It’s our last issue before the primary election— that’s Tuesday, March 3—so we’ll turn over this space to critics of our endorsements.

voices

No Rest for the Dead Even in the grave, Black people aren’t immune to the struggle in Durham.

BY ALEXIS PAULINE GUMBS @alexispauline

First up, ROBIN KIRK argues for keeping Steve Unruhe on the Durham County Board of Education: “Steve has deep experience working to better our schools as a teacher and adviser (to the Riverside Pirates’ Hook, which my son wrote for). As an elected official, he and his fellow board members have made huge strides in improving our ever-changing schools for all children, including by promoting more cultural awareness and ESL support, better pay and teacher support, and changes in disciplinary policies to ensure more kids get help and stay in school. For me, Steve has the teaching experience and proven leadership ability to continue that vital work.”
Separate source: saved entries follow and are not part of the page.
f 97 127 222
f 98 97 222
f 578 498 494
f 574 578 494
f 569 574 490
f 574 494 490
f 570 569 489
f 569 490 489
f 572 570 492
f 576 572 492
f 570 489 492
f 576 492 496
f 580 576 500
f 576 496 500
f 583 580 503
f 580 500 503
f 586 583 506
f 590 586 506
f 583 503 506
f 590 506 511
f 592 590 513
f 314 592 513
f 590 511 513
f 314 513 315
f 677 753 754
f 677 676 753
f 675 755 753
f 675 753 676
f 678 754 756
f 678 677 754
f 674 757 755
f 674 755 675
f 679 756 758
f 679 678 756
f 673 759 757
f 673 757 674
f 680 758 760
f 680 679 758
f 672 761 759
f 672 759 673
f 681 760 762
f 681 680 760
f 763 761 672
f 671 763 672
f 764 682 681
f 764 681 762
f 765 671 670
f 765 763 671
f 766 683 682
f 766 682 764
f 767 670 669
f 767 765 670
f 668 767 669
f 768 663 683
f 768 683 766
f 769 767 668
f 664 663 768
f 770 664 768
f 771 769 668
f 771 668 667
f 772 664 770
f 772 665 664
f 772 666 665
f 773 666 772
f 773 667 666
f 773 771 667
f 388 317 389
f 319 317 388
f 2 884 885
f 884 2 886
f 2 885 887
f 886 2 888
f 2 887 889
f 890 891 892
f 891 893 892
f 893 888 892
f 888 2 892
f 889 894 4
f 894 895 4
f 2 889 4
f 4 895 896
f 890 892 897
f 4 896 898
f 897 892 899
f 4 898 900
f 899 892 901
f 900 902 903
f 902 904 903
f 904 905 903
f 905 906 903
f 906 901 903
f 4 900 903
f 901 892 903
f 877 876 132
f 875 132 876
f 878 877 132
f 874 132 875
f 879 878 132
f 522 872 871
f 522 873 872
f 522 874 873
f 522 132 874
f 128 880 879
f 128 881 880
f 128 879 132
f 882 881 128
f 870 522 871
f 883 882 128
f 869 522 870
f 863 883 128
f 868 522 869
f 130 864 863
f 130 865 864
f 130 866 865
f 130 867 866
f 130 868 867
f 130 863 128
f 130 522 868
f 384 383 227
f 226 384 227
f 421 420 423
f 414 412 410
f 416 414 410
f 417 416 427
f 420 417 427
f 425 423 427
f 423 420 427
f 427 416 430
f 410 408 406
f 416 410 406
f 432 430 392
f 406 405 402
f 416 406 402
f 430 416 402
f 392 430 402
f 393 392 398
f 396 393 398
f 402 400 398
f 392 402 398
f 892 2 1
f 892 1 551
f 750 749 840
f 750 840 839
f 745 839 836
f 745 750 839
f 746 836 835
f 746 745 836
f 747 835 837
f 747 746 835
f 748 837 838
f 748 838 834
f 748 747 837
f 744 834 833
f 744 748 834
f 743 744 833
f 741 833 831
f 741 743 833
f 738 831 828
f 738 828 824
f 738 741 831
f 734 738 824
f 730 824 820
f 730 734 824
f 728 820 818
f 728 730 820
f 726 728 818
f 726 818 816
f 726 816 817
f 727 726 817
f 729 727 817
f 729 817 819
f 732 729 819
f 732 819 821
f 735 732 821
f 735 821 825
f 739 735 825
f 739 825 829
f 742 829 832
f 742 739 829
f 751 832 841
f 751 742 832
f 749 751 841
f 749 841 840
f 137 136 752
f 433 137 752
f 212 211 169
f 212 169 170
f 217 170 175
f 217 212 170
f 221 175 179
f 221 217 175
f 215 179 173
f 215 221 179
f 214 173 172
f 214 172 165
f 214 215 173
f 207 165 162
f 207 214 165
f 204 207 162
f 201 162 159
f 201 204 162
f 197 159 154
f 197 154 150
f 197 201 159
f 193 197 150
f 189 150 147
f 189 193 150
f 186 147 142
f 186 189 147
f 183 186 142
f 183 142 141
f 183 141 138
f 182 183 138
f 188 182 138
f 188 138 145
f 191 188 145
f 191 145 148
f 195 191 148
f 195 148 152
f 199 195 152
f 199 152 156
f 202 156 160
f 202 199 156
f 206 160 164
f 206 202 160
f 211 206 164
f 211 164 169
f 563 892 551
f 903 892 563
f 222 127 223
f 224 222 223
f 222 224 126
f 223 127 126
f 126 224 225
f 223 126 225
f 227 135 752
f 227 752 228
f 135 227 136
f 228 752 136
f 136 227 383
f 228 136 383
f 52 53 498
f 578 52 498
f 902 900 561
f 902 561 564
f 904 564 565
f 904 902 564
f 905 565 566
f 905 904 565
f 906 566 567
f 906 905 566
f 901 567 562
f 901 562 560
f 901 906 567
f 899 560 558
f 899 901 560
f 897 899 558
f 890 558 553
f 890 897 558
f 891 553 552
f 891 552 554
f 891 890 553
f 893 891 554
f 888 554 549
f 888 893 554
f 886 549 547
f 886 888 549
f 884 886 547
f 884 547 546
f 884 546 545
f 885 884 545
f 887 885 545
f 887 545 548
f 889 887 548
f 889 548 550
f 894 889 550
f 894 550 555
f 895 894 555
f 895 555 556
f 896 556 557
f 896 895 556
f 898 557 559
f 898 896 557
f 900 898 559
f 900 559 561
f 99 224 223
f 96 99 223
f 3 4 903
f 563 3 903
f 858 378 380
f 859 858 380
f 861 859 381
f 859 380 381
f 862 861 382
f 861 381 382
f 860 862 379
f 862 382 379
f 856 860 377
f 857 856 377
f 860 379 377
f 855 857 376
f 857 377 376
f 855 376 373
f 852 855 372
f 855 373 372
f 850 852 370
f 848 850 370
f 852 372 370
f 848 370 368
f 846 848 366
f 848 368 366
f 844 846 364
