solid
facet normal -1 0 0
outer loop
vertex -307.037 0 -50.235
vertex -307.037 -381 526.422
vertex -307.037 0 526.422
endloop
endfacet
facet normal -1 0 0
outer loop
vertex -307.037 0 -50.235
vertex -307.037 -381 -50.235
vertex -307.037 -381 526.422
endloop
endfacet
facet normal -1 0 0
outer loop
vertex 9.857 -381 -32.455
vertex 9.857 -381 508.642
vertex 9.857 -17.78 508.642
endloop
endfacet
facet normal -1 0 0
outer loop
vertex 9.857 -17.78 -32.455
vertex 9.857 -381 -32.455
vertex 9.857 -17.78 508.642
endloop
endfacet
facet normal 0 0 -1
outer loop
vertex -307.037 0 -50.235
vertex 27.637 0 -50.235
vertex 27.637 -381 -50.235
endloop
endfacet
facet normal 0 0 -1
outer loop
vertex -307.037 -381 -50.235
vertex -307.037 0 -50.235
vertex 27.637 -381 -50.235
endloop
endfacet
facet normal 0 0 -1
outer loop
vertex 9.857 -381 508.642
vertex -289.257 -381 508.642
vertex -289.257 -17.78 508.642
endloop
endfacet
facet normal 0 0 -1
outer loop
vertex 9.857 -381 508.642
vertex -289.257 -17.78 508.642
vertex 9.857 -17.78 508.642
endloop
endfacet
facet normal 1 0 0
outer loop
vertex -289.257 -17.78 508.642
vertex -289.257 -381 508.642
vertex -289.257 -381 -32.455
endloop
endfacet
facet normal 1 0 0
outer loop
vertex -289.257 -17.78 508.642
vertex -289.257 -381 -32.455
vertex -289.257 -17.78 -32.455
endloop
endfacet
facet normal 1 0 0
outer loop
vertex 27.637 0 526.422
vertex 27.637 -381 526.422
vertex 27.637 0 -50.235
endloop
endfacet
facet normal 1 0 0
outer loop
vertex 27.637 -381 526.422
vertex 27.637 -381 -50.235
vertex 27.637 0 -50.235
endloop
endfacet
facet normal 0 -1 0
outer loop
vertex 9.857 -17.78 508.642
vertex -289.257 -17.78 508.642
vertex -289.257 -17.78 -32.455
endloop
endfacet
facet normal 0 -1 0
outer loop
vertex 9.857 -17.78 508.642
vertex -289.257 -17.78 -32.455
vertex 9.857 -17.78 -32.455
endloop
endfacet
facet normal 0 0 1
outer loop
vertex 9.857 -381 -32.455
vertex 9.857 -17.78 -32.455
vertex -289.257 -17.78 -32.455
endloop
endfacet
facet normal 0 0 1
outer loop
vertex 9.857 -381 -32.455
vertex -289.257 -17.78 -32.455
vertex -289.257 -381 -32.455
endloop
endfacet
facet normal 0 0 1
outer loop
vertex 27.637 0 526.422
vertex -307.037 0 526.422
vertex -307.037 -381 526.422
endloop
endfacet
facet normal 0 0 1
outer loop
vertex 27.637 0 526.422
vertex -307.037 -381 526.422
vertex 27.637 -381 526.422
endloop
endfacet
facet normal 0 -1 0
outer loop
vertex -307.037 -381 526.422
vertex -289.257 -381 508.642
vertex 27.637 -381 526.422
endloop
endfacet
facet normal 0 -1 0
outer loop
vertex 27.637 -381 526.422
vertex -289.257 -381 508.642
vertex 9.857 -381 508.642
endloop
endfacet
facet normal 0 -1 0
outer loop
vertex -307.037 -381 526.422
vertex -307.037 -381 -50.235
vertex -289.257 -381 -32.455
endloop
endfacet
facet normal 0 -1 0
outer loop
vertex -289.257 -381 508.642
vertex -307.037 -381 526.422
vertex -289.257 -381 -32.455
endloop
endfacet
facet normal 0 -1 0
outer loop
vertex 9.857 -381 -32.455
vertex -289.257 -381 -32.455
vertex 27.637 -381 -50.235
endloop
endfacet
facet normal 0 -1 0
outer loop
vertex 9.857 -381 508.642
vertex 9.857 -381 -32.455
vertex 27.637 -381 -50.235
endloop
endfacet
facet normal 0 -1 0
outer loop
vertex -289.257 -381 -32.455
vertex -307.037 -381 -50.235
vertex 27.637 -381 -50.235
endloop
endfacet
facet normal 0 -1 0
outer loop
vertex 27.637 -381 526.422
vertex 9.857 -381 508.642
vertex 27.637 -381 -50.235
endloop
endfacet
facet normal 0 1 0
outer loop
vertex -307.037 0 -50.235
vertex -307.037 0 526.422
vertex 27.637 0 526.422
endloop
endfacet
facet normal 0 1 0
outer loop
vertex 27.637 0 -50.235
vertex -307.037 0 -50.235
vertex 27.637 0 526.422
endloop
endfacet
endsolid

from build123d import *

# Parameters (mm, degrees)
F0_W     = 55.2740842104
F0_H     = 94.0575622953
F1_DEPTH = 381
F2_DEPTH = 279.4
F3_W     = 334.6740842104
F3_H     = 381
F4_DEPTH = 482.6
F5_T     = -17.78


with BuildPart() as f1:
    # F0 (on Front) → F1 (new body)
    with BuildSketch(Plane.XZ):
        with Locations((0, -3.2065075357)):
            Rectangle(F0_W, F0_H)
    extrude(amount=F1_DEPTH)

    # F2 (add): a face of the model
    f2_faces = [f1.faces().sort_by_distance(p)[0] for p in [
        (-27.6370421052, -190.5, -3.2065075357),
    ]]
    extrude(f2_faces, amount=F2_DEPTH)

    # F3 (on face) → F4 (join)
    with BuildSketch(Plane.XY.offset(43.822273612)):
        with Locations((-139.7, -190.5)):
            Rectangle(F3_W, F3_H)
    extrude(amount=F4_DEPTH)

    # F5
    f5_openings = [f1.faces().sort_by_distance(p)[0] for p in [
        (-139.7, -381, 238.093492),
    ]]
    offset(amount=F5_T, openings=f5_openings)


solid = f1.part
In that race—we endorsed Alexandra Valladares— DONNA KING is upset that we didn’t mention Paula Januzzi-Godfrey, whom she describes as perhaps “the most qualified candidate ever to run for the Durham school board. Her platform is progressive and ambitious, and her professional history as a parent, teacher, instructional coach, mentor teacher, and in so many other roles across many schools and settings in Durham would make her a real voice for the people ‘on the ground’—especially in our most challenged schools.”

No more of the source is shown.